(WHAT THE EXERCISE ASKS):
Word for word, return the lines from the top of the listing to the line containing "v -8.619 12.689 1.5", both ends included, and no others.

(GIVEN DATA):
Segment Open
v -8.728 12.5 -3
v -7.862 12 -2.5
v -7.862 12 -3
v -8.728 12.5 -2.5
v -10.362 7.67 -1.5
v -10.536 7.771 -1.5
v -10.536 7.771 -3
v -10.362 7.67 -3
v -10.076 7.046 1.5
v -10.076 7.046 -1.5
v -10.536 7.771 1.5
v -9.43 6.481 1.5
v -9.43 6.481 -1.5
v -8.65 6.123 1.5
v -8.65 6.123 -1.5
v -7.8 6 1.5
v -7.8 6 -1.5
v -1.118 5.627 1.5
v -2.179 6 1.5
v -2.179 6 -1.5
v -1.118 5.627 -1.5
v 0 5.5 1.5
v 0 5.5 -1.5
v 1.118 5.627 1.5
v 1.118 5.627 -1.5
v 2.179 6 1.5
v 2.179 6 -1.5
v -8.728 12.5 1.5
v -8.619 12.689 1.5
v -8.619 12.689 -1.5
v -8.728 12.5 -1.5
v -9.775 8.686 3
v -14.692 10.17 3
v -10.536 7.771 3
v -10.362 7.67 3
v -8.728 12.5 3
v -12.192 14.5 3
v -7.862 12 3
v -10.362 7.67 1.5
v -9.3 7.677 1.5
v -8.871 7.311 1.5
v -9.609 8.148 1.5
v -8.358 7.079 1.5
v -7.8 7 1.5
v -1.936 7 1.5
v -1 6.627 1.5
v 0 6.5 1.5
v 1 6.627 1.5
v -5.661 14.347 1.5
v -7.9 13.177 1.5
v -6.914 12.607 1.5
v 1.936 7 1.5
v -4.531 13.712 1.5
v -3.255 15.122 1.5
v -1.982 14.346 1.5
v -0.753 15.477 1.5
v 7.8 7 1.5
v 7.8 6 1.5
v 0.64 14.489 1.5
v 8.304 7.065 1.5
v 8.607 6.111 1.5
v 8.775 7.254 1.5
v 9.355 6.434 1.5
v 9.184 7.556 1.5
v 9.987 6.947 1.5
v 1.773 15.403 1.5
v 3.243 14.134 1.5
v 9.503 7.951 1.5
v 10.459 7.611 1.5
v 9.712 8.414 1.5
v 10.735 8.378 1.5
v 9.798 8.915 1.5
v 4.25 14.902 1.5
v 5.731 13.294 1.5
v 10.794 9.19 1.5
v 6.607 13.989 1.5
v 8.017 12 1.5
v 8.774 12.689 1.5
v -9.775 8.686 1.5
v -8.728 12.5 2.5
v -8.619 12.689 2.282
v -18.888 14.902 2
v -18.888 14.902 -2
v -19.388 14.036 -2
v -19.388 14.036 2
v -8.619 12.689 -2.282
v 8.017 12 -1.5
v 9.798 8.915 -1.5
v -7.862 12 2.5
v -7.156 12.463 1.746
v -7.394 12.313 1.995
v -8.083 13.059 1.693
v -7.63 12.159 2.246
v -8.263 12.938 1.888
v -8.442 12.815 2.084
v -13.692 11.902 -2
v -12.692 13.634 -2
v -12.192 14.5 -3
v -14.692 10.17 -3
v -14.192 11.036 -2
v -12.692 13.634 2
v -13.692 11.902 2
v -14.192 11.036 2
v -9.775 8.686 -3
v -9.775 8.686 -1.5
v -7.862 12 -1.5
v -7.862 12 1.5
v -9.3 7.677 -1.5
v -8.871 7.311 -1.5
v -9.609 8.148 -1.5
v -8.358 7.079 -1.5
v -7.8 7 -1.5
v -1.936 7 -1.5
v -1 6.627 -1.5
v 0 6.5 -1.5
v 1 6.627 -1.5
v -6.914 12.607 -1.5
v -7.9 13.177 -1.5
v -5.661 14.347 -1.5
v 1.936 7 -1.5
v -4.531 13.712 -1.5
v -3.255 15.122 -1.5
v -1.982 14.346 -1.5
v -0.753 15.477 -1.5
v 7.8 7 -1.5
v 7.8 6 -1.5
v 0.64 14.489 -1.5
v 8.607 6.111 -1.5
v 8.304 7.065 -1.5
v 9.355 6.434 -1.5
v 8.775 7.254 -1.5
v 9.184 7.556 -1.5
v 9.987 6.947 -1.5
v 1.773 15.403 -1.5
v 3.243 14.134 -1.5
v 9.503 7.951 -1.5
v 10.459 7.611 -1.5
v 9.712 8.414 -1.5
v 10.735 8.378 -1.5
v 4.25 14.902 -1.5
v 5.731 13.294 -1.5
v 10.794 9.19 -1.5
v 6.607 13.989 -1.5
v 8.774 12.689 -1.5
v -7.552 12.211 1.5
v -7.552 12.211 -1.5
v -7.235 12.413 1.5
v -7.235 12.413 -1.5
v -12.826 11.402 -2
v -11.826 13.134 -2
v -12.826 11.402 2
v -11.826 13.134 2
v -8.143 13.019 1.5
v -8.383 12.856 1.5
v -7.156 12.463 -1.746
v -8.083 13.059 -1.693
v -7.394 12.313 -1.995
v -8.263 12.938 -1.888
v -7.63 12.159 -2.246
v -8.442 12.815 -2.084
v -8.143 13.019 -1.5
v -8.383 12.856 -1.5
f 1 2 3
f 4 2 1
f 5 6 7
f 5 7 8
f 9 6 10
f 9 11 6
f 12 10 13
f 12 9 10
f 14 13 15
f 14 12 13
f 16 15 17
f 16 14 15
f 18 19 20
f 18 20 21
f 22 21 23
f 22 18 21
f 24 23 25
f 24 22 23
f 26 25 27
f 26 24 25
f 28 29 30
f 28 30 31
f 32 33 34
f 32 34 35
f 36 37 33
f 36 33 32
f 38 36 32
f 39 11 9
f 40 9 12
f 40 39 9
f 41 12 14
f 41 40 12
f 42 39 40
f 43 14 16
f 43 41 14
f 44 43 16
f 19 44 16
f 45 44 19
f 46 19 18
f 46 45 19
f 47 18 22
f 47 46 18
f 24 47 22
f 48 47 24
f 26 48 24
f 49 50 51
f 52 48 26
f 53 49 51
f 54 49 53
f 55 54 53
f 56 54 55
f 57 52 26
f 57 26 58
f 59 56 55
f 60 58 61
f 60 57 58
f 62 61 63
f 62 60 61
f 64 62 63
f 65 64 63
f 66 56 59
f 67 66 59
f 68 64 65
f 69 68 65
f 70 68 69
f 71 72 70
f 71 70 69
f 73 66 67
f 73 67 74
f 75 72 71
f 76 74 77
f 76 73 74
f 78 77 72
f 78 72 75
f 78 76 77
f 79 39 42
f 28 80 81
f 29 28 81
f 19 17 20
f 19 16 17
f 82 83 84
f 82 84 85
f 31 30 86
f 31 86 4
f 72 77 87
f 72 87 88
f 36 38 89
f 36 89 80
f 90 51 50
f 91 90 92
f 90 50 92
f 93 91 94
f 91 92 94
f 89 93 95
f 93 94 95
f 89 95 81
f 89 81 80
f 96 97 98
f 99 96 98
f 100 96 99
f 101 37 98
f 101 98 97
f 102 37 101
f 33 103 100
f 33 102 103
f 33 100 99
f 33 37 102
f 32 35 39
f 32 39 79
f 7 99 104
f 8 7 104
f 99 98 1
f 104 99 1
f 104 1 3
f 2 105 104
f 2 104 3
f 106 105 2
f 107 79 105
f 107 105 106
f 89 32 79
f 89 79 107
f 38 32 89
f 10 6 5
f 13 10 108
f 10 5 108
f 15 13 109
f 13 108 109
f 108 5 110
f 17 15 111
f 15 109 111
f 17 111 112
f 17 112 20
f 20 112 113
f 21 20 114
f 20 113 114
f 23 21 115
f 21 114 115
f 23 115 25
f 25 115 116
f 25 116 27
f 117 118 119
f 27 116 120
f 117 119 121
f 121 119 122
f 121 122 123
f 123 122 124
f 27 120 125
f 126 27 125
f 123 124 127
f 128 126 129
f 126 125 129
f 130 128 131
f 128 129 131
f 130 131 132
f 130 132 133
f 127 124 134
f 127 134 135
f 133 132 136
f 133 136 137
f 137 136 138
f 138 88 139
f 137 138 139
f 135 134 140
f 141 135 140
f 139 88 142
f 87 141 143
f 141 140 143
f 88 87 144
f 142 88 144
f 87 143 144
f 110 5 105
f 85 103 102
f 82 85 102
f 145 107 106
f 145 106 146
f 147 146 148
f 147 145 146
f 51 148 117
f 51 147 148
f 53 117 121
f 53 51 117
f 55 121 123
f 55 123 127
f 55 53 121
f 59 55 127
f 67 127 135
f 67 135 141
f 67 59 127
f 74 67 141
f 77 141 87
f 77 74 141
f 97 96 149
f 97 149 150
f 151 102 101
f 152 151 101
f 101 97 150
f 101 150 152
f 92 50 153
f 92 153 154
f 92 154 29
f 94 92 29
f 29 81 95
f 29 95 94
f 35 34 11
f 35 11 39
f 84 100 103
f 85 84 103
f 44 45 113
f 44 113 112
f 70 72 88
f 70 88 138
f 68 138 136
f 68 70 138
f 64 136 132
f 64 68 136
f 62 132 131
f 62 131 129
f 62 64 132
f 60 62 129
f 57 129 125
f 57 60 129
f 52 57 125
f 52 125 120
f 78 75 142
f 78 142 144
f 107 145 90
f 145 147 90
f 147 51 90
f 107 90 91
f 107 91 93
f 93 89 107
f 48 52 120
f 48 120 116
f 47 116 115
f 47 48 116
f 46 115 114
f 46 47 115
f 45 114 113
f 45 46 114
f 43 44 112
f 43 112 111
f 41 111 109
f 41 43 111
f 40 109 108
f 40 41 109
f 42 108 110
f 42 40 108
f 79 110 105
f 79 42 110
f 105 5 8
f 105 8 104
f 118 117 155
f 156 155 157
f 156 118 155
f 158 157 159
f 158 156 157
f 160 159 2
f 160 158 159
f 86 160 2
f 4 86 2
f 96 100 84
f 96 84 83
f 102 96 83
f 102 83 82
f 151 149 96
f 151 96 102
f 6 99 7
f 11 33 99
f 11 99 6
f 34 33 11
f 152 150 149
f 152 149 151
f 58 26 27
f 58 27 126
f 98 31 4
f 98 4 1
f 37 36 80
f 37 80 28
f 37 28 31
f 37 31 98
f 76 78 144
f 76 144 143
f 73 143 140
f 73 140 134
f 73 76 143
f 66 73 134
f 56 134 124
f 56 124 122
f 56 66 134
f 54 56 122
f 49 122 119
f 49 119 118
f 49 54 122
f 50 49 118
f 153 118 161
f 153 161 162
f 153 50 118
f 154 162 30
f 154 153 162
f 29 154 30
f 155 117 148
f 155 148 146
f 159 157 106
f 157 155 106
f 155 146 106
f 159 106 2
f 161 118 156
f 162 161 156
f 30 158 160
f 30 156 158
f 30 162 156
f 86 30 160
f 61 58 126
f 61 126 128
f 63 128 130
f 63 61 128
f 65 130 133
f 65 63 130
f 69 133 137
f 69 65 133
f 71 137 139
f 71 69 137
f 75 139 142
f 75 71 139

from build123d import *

# Parameters (mm, degrees)
BOSS_EXTRUDE2_DEPTH = 1.5
BOSS_EXTRUDE3_DEPTH = 3
SKETCH2_W           = 4
SKETCH2_H           = 1
BOSS_EXTRUDE4_DEPTH = 6
SKETCH2_3_W         = 4
SKETCH2_3_H         = 2
CUT_EXTRUDE1_DEPTH  = 1
CHAMFER1_SIZE       = 1


with BuildPart() as part:
    # Sketch1 → Boss-Extrude2 (new, symmetric)
    with BuildSketch(Plane.XY):
        with BuildLine():
            Line((-7.8, 6), (-2.179449472, 6))
            ThreePointArc((-2.179449472, 6), (0, 5.5), (2.179449472, 6))
            Line((2.179449472, 6), (7.8, 6))
            ThreePointArc((7.8, 6), (9.987434844, 6.946922115), (10.793982736, 9.189914132))
            Line((10.793982736, 9.189914132), (8.773900958, 12.688798406))
            ThreePointArc((8.773900958, 12.688798406), (0.077350269, 15.500303533), (-8.61920042, 12.688798406))
            Line((-8.61920042, 12.688798406), (-8.72820323, 12.5))
            Line((-8.72820323, 12.5), (-7.862177826, 12))
            ThreePointArc((-7.862177826, 12), (0.077350269, 14.500303533), (8.016878365, 12))
            Line((8.016878365, 12), (9.798179943, 8.914695163))
            ThreePointArc((9.798179943, 8.914695163), (9.183725104, 7.55594154), (7.8, 7))
            Line((7.8, 7), (1.936491673, 7))
            ThreePointArc((1.936491673, 7), (0, 6.5), (-1.936491673, 7))
            Line((-1.936491673, 7), (-7.8, 7))
            ThreePointArc((-7.8, 7), (-9.098627684, 7.478958864), (-9.775266128, 8.686433862))
            Line((-9.775266128, 8.686433862), (-10.362177826, 7.669872981))
            Line((-10.362177826, 7.669872981), (-10.536485592, 7.770509617))
            ThreePointArc((-10.536485592, 7.770509617), (-9.429651627, 6.481223397), (-7.8, 6))
        make_face()
    extrude(amount=BOSS_EXTRUDE2_DEPTH, both=True)

    # Sketch1<5> → Boss-Extrude3 (add, symmetric)
    with BuildSketch(Plane.XY):
        with BuildLine():
            Line((-14.692304845, 10.169872981), (-10.536485592, 7.770509617))
            ThreePointArc((-10.536485592, 7.770509617), (-10.724033666, 8.329159391), (-10.798758273, 8.913693465))
            Line((-10.798758273, 8.913693465), (-8.72820323, 12.5))
            Line((-8.72820323, 12.5), (-12.192304845, 14.5))
            Line((-12.192304845, 14.5), (-14.692304845, 10.169872981))
        make_face()
        with BuildLine():
            ThreePointArc((-10.798758273, 8.913693465), (-10.724033666, 8.329159391), (-10.536485592, 7.770509617))
            Line((-10.536485592, 7.770509617), (-10.362177826, 7.669872981))
            Line((-10.362177826, 7.669872981), (-9.775266128, 8.686433862))
            Line((-9.775266128, 8.686433862), (-7.862177826, 12))
            Line((-7.862177826, 12), (-8.72820323, 12.5))
            Line((-8.72820323, 12.5), (-10.798758273, 8.913693465))
        make_face()
    extrude(amount=BOSS_EXTRUDE3_DEPTH, both=True)

    # Sketch2 → Boss-Extrude4 (add)
    with BuildSketch(Plane(origin=(-15.422912811, 8.904422863, 0), x_dir=(0, 0, 1), z_dir=(-0.8660254037844408, 0.4999999999999963, 0))):
        with Locations((0, 2.961215932)):
            Rectangle(SKETCH2_W, SKETCH2_H)
    extrude(amount=BOSS_EXTRUDE4_DEPTH)

    # Sketch2<3> → Cut-Extrude1 (cut)
    with BuildSketch(Plane(origin=(-15.422912811, 8.904422863, 0), x_dir=(0, 0, 1), z_dir=(-0.8660254037844408, 0.4999999999999963, 0))):
        with Locations((0, 4.461215932)):
            Rectangle(SKETCH2_3_W, SKETCH2_3_H)
    extrude(amount=-CUT_EXTRUDE1_DEPTH, mode=Mode.SUBTRACT)

    # Chamfer1
    # the kernel refuses this chamfer: 1 mm, written as the material it adds along each edge
    with BuildSketch(Plane(origin=(-8.72820323, 12.5, -1.5), x_dir=(0.4998109584556448, 0.8656979742248824, 0.027495876610586233), z_dir=(0.8660254037844407, -0.4999999999999965, 0))) as chamfer1_piece_1_section:
        Polygon((CHAMFER1_SIZE * 0.999621916911, -CHAMFER1_SIZE * 0.0274958766106), (-CHAMFER1_SIZE * 0.0274958766106, -CHAMFER1_SIZE * 0.999621916911), (0, 0), align=None)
Segment Closed
(YOUR SOLUTION):
v -8.728 12.5 -3
v -7.862 12 -2.5
v -7.862 12 -3
v -8.728 12.5 -2.5
v -10.362 7.67 -1.5
v -10.536 7.771 -1.5
v -10.536 7.771 -3
v -10.362 7.67 -3
v -10.076 7.046 1.5
v -10.076 7.046 -1.5
v -10.536 7.771 1.5
v -9.43 6.481 1.5
v -9.43 6.481 -1.5
v -8.65 6.123 1.5
v -8.65 6.123 -1.5
v -7.8 6 1.5
v -7.8 6 -1.5
v -1.118 5.627 1.5
v -2.179 6 1.5
v -2.179 6 -1.5
v -1.118 5.627 -1.5
v 0 5.5 1.5
v 0 5.5 -1.5
v 1.118 5.627 1.5
v 1.118 5.627 -1.5
v 2.179 6 1.5
v 2.179 6 -1.5
v -8.728 12.5 1.5
v -8.619 12.689 1.5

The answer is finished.